Quantification of hydraulic trait control on plant hydrodynamics and risk of hydraulic failure within a demographic structured vegetation model in a tropical forest (FATES-HYDRO V1.0)

Chonggang Xu, Bradley Christoffersen, Zachary Robbins, Ryan Knox, Rosie A. Fisher, Rutuja Chitra-Tarak, Martijn Slot, Kurt Solander, Lara Kueppers, Charles Koven, and Nate McDowell

Abstract. Vegetation plays a key role in the global carbon cycle and thus is an important component within Earth system models (ESMs) that project future climate. Many ESMs are adopting methods to trace the size and succession-stage-structure of plants within demographic models. These models make it feasible to conduct more realistic simulation of processes that control vegetation dynamics. Separately, increasing understanding of the ecophysiological processes governing plant water use, and the need to understand ecosystem responses to drought in particular, has led to the adoption of physical plant hydrodynamic schemes within ESMs. In this study, we report on a new hydrodynamics (HYDRO) model incorporated in the Functionally Assembled Terrestrial Ecosystem simulator (FATES). The size and canopy structured representation within FATES is able to simulate how plant size and hydraulic traits affect vegetation dynamics and carbon/water fluxes. To better understand this new model system and its functionality in tropical forest systems in particular, we conducted a global parameter sensitivity analysis at Barro Colorado Island, Panama.

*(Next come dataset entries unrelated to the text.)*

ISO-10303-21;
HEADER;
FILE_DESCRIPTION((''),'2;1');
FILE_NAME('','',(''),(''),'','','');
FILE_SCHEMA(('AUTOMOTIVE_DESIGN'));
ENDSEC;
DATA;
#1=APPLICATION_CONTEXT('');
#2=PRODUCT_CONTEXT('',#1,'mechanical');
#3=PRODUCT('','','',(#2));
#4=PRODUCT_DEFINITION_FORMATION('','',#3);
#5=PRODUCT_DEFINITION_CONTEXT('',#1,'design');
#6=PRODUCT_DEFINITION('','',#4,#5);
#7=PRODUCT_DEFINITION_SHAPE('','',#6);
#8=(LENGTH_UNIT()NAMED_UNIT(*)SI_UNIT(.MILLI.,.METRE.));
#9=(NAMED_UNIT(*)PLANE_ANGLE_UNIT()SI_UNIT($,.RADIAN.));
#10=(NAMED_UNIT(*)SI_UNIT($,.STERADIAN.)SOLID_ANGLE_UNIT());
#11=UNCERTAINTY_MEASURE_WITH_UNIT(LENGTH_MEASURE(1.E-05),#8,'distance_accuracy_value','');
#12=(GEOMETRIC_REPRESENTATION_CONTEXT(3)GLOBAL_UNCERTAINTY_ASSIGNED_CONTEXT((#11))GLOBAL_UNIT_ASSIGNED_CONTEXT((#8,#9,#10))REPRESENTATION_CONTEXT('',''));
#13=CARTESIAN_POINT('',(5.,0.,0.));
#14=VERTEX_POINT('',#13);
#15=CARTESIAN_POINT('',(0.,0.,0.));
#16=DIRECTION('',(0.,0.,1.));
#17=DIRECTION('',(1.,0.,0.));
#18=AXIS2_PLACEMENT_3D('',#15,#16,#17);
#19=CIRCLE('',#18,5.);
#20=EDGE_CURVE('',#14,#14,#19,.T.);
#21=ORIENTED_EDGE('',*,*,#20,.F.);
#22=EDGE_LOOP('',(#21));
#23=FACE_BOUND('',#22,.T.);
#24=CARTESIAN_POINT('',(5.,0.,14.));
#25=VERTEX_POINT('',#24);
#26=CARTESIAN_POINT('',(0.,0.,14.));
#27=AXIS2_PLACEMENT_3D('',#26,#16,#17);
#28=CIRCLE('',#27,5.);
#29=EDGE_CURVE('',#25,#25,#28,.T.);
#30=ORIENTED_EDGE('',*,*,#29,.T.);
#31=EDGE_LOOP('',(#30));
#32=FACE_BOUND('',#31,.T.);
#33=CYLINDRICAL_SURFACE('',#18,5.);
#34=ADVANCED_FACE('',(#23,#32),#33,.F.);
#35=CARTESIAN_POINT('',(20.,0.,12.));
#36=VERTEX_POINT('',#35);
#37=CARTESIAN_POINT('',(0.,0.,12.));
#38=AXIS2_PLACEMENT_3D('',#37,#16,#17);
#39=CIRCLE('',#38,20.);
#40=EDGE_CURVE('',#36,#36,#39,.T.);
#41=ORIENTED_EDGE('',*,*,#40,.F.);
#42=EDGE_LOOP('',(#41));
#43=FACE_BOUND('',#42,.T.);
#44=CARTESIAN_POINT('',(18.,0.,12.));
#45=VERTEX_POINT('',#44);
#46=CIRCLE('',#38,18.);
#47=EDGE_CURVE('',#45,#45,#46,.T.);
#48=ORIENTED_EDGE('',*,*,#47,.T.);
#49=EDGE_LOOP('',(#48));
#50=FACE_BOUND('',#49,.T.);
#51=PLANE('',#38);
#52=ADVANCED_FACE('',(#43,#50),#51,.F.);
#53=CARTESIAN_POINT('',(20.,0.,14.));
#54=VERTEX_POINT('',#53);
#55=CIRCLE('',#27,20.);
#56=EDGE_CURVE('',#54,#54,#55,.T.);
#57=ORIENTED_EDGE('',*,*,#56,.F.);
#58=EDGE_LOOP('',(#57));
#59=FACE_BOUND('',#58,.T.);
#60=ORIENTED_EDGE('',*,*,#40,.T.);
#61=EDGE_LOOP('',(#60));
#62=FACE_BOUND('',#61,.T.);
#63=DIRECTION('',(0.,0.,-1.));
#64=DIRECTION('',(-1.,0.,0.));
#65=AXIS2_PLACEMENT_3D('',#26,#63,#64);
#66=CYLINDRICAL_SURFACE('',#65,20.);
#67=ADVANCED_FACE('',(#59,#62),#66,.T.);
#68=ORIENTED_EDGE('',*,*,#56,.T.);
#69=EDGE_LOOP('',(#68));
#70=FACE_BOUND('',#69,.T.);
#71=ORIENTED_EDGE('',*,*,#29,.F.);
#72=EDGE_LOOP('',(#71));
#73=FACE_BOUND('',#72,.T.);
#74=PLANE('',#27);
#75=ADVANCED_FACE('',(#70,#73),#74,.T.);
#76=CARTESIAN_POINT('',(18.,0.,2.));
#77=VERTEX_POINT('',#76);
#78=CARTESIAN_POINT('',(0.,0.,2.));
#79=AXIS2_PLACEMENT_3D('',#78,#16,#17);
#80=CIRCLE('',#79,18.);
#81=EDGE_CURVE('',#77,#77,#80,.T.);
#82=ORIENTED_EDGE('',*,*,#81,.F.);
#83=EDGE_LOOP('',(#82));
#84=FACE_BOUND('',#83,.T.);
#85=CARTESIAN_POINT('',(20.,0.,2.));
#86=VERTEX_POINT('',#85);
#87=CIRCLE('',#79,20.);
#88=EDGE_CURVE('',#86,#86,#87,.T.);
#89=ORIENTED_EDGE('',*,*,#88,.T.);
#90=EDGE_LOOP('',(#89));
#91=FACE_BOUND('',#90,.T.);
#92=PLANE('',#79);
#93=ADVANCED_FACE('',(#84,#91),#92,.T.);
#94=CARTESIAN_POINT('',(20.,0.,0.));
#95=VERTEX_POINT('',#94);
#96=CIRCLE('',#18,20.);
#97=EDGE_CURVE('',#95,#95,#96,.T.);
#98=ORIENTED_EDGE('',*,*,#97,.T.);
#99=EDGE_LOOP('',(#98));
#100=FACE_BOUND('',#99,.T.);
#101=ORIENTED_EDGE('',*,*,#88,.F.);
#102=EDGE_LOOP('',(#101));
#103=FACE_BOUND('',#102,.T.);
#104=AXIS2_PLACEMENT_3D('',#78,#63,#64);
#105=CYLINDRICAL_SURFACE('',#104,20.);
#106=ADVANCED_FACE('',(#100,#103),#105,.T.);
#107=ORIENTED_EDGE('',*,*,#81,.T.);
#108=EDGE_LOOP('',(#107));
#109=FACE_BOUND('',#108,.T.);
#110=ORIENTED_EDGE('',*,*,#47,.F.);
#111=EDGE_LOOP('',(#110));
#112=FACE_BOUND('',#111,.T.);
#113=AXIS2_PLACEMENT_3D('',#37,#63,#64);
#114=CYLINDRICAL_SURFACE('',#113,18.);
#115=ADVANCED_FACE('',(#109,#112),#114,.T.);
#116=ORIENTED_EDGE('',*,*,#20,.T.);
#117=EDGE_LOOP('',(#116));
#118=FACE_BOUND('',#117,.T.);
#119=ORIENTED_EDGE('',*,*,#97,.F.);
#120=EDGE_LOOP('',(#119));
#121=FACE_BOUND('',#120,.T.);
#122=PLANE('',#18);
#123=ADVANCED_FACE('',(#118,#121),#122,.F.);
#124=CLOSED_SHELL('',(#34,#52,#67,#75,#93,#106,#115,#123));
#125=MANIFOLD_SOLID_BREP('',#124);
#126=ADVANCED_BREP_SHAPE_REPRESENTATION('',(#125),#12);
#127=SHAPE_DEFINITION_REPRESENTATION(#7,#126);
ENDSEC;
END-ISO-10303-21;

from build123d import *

# Parameters (mm, degrees)
SKETCH_2_R          = 20
EXTRUDE_1_DEPTH     = 2
SKETCH_3_R          = 18
EXTRUDE_2_DEPTH     = 10
SKETCH_4_R          = 20
EXTRUDE_3_DEPTH     = 2
SKETCH_5_R          = 5
CUT_EXTRUDE_1_DEPTH = 32.559467676


with BuildPart() as part:
    # ｽｹｯﾁ2 → ﾎﾞｽ - 押し出し1 (new body)
    with BuildSketch(Plane.XY):
        Circle(SKETCH_2_R)
    extrude(amount=EXTRUDE_1_DEPTH)

    # ｽｹｯﾁ3 → ﾎﾞｽ - 押し出し2 (add)
    with BuildSketch(Plane.XY.offset(2)):
        Circle(SKETCH_3_R)
    extrude(amount=EXTRUDE_2_DEPTH)

    # ｽｹｯﾁ4 → ﾎﾞｽ - 押し出し3 (add)
    with BuildSketch(Plane.XY.offset(12)):
        Circle(SKETCH_4_R)
    extrude(amount=EXTRUDE_3_DEPTH)

    # ｽｹｯﾁ5 → ｶｯﾄ - 押し出し1 (cut, through all)
    with BuildSketch(Plane.XY.offset(14)):
        Circle(SKETCH_5_R)
    extrude(amount=-CUT_EXTRUDE_1_DEPTH, mode=Mode.SUBTRACT)


solid = part.part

We assembled observations of plant hydraulic traits for stomata, leaves, stems, and roots, and determined the best-fit statistical distribution for each trait. Our model analysis showed that the taper component determining hydraulic conductivity tapering from trunk to branch, the water potential leading to 50 % loss (P₅₀) of stomatal conductance, the maximum hydraulic conductivity for the stem, and the fraction of total hydraulic resistance in the above ground section are the top 5 traits determining the simulated water potential and loss of conductivity for different plant organs. For the risk of hydraulic failure and potential tree mortality, we found that ensemble members with high risk of mortality generally have a higher taper exponent and a higher xylem conductivity, less negative P₅₀ for stomata conductance, and more negative P₅₀ for stem and transporting roots. We expect that our results will provide guidance on future modeling studies using plant hydrodynamic models to predict the forest responses to droughts, and future field campaigns that aim to better parameterize the plant hydrodynamic model.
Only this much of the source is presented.